ER and the mitochondria function together as sensors of nutrient excess and integrators of the response to metabolic stress. Reactive oxygen species (ROS) are free radicals that are generated as a by-product of cellular metabolism from FA and glucose in the mitochondria. FA enhance MAM; thus, excessive cytoplasmic calcium enters in mitochondria and ER, triggering changes in mitochondrial pH and ROS production. This alters mitochondrial membrane potential and opens pores, thus releasing cytochrome c. Several calcium-dependent proteins and kinases are then activated, triggering apoptosis. ROS perturb the redox status of ER lumen and thus inhibit protein folding. The ER-associated protein NADPH oxidase 4 (NOX4) is implicated in ROS generation during disulfide bond formation for proper protein folding.
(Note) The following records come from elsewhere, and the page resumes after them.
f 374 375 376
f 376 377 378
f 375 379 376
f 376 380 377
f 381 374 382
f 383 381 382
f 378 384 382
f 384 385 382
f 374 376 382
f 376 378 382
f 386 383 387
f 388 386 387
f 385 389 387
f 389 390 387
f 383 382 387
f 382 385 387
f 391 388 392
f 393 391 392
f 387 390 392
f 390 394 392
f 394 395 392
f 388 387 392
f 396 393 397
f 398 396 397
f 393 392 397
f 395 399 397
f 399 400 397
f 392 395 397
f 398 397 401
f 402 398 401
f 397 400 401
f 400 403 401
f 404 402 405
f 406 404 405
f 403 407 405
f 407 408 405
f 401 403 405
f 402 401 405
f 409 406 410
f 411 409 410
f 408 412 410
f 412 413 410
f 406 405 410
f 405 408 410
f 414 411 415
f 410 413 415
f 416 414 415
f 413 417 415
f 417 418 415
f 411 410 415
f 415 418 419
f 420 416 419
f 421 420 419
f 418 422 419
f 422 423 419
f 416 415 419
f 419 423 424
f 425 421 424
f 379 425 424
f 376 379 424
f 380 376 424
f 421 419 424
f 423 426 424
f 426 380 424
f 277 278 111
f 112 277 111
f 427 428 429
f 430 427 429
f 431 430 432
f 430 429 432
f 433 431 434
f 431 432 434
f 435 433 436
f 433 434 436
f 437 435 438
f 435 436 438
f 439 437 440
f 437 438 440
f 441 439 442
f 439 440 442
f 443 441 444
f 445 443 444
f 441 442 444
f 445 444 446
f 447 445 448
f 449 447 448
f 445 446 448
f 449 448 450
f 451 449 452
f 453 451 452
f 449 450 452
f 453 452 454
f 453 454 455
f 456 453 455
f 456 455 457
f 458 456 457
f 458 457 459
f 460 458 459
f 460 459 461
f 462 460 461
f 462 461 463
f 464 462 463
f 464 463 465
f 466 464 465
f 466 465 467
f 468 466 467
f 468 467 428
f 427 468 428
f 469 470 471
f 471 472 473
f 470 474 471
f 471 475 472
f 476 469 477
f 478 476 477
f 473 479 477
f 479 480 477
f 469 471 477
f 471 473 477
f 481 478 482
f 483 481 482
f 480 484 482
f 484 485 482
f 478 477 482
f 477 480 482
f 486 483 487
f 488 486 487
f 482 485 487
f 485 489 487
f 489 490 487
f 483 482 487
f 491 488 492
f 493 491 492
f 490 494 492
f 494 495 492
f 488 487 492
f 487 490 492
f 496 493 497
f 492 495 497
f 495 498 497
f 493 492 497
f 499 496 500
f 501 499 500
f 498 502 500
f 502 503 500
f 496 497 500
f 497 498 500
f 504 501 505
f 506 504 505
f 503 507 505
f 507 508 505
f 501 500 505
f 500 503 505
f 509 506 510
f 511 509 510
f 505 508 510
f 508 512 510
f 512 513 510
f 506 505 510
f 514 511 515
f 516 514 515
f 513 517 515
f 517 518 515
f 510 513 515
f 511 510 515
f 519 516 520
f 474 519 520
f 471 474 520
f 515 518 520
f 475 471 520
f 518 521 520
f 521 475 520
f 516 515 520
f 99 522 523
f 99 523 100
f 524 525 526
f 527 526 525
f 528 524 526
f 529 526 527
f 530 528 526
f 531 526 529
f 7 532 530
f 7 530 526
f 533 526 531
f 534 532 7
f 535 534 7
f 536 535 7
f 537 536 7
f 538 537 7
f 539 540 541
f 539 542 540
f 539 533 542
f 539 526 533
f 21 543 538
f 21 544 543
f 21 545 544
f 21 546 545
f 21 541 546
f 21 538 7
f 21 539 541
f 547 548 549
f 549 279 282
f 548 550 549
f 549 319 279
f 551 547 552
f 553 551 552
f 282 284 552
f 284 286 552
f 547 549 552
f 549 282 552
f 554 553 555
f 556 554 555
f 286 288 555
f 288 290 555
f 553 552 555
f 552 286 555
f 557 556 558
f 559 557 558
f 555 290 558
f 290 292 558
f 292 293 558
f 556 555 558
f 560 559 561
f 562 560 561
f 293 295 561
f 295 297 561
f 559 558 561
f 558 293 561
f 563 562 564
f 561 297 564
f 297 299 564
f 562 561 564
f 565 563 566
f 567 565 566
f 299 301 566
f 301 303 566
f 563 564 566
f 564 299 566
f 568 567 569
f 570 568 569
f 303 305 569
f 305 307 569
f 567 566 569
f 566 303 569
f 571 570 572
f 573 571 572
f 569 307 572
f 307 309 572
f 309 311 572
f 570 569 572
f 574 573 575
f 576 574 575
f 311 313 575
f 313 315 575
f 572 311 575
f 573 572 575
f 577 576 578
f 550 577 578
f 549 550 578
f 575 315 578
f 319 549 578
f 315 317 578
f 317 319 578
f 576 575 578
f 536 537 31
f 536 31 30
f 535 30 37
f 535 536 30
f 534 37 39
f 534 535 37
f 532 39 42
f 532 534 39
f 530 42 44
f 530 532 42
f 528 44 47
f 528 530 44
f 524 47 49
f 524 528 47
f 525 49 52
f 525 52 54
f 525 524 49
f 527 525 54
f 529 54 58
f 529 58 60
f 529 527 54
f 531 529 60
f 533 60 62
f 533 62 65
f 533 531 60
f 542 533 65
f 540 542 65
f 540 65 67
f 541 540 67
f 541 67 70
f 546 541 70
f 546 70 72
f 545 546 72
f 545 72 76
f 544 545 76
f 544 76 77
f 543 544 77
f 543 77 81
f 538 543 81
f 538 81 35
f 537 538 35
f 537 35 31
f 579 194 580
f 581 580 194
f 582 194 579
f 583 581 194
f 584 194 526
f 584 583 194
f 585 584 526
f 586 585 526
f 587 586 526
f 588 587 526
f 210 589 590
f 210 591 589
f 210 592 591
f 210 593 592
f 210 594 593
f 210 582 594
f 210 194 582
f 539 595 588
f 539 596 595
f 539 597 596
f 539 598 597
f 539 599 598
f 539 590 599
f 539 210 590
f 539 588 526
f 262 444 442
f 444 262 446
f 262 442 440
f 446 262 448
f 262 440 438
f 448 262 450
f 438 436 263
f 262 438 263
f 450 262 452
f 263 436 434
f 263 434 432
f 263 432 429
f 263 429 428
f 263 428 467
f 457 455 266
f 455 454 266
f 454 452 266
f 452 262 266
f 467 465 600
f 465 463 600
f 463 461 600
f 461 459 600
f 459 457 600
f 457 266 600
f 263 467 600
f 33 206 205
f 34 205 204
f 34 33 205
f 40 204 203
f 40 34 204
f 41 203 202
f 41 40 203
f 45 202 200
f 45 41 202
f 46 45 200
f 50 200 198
Excess ROS cause oxidative stress, which induces the 3 branches of the UPR. The result of the UPR activation is inflammation and, upon sustained and/or intense stress, apoptosis. FA also disrupt SERCA activity and perturb ER calcium homeostasis. The mTORC1 complex is an important sensor of bioenergetic status and nutrient excess, and induces ER stress by unclear mechanisms. PERK-mediated activation of ATF4 induces NRF2, a transcription factor responsible for antioxidant cell response. Abbreviations: cyt c, cytochrome c (cyt c); Ox. stress, oxidative stress (Ox. Stress); MAM, mitochondria-associated membranes (MAM); mTORC1, mammalian target of rapamycin complex 1 (mTORC1); NOX4, NADPH oxidase 4 (NOX4); ROS, Reactive oxygen species (ROS); SERCA, sarco-endoplasmic reticulum Ca(2+)-ATPase (SERCA). Sharp arrows, activators; bar-ended arrows, inhibitors.